++++ Records provided

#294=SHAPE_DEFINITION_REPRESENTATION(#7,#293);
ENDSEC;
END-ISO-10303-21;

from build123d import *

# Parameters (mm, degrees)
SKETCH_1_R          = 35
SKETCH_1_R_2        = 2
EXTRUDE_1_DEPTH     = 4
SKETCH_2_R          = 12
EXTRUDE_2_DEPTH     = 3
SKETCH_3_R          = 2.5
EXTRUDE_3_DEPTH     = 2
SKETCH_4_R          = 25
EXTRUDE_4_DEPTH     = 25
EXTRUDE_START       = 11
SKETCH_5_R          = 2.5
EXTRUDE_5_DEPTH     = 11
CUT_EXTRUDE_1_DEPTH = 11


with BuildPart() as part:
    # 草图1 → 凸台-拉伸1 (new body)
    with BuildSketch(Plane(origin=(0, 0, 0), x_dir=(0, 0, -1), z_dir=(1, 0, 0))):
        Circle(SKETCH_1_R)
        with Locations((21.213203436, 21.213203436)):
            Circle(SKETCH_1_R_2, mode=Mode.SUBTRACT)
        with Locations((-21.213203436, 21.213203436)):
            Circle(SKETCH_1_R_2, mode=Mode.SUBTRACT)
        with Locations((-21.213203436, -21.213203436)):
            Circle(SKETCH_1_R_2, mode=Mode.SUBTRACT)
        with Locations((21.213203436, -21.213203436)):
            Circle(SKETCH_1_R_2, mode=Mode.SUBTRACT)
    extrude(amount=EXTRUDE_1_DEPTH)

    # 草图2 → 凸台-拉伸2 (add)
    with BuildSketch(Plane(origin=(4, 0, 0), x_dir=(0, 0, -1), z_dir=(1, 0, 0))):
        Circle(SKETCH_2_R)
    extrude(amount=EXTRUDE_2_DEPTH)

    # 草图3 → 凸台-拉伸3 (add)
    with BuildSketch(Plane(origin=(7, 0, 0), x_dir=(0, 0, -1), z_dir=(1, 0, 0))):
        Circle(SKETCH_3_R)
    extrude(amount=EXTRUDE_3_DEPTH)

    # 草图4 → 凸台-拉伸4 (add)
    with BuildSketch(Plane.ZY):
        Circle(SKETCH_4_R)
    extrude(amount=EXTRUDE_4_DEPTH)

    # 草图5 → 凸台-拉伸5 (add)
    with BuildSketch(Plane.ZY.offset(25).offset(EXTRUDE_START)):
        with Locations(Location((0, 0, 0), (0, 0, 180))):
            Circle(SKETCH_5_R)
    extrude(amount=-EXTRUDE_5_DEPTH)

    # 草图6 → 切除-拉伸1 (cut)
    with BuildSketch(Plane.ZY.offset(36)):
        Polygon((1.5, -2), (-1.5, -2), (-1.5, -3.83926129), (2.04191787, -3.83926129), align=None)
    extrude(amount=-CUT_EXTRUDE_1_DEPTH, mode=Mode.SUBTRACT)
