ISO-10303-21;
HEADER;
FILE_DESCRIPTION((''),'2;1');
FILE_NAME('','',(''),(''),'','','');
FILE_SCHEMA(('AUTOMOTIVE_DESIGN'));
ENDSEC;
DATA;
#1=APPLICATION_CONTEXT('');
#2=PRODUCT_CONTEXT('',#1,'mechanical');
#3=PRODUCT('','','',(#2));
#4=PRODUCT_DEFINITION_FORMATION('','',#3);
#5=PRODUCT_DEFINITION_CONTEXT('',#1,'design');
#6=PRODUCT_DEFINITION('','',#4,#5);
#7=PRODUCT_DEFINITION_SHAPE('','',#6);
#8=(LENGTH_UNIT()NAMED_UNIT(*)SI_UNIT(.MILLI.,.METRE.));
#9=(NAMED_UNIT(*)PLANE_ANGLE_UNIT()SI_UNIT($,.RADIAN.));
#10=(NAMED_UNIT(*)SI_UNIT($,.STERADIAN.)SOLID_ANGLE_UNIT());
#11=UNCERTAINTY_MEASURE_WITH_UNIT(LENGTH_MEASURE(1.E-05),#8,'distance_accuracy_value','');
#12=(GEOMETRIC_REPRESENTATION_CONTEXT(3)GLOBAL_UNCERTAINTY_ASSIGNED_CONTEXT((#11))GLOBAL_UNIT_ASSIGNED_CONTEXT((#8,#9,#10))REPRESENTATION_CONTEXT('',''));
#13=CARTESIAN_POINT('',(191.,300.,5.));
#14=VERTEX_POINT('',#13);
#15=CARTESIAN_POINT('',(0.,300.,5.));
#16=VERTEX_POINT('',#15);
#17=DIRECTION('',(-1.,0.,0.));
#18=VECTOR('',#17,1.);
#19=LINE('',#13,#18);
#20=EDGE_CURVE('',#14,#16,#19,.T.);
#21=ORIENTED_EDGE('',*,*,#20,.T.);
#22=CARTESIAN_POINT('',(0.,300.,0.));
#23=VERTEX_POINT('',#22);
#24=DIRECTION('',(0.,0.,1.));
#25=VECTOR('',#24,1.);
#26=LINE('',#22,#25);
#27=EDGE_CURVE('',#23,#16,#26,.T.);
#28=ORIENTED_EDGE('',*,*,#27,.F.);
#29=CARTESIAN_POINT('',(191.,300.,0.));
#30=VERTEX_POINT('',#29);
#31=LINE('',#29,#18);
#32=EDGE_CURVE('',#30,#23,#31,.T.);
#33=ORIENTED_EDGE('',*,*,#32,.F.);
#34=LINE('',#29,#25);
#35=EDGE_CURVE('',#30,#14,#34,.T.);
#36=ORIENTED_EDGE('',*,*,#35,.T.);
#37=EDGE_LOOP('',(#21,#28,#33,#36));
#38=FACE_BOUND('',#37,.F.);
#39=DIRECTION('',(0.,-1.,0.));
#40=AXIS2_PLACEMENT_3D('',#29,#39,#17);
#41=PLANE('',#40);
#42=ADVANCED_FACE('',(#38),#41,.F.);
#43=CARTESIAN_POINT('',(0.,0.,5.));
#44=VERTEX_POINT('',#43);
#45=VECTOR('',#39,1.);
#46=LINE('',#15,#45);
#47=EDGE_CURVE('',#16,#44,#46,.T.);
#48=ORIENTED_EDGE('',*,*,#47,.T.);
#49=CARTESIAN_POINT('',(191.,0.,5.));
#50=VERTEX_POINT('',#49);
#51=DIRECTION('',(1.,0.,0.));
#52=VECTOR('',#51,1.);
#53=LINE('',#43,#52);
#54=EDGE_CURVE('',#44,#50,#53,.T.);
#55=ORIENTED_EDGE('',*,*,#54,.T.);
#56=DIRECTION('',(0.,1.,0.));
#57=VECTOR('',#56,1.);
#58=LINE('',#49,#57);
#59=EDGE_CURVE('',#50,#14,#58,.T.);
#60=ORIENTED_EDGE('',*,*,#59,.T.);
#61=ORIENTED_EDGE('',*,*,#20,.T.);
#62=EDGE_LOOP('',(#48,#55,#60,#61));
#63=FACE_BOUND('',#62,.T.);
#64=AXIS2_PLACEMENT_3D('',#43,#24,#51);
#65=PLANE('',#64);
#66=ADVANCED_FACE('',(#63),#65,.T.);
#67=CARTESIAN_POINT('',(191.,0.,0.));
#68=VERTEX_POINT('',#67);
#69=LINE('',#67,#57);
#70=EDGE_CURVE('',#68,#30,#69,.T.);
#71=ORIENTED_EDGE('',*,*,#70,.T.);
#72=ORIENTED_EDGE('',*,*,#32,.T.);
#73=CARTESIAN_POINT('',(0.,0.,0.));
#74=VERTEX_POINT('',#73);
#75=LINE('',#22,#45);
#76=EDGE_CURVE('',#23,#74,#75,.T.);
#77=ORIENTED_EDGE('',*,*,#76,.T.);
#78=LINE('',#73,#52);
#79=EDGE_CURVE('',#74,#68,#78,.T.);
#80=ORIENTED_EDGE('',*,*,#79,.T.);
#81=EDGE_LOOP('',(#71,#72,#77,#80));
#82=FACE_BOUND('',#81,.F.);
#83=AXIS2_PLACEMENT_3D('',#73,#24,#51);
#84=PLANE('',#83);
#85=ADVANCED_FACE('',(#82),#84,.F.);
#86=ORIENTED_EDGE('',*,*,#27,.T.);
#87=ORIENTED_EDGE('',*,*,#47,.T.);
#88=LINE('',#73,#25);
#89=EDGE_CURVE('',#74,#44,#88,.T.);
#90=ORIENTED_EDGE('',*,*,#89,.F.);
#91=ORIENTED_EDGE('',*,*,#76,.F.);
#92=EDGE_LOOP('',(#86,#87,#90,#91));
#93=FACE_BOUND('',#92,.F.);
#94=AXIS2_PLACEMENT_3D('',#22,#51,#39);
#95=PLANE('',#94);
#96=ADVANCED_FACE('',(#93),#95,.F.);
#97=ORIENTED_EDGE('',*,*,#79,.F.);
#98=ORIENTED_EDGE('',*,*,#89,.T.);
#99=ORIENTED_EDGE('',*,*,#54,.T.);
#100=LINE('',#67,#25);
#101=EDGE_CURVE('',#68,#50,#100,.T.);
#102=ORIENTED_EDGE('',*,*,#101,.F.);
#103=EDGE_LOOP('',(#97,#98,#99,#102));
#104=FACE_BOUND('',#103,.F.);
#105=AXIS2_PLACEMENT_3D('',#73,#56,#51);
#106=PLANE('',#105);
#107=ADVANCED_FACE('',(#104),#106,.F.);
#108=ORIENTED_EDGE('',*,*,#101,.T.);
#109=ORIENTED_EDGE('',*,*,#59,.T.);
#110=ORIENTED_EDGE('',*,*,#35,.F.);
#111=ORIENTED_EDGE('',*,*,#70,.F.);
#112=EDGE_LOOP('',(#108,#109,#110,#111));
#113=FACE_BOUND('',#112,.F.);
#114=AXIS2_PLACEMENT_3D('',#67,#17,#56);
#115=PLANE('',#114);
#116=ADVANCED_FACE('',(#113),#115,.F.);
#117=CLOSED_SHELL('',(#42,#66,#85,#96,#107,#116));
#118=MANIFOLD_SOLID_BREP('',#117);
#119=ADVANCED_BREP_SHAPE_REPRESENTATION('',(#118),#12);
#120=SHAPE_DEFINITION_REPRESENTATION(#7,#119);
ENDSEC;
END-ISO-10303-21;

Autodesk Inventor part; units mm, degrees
ref_plane "YZ Plane" through (0, 0, 0) normal (1, 0, 0) x (0, 1, 0)
ref_plane "XZ Plane" through (0, 0, 0) normal (0, 1, 0) x (-1, 0, 0)
ref_plane "XY Plane" through (0, 0, 0) normal (0, 0, 1) x (1, 0, 0)
sketch "Sketch1" plane through (0, 0, 0) normal (0, 0, 1) x (1, 0, 0)
  line L0 (0, 0) -> (191, 0)
  line L1 (191, 0) -> (191, 300)
  line L2 (191, 300) -> (0, 300)
  line L3 (0, 300) -> (0, 0)
  dimension "d0" = 300
  dimension "d1" = 191
extrude "Extrusion1" add sketch "Sketch1" along normal blind 5
properties part number "Drag_Vane"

++++++++

Where does the word "DIRECTION" appear in the listing? List each line that holds it.

(Answer):
#17=DIRECTION('',(-1.,0.,0.));
#24=DIRECTION('',(0.,0.,1.));
#39=DIRECTION('',(0.,-1.,0.));
#51=DIRECTION('',(1.,0.,0.));
#56=DIRECTION('',(0.,1.,0.));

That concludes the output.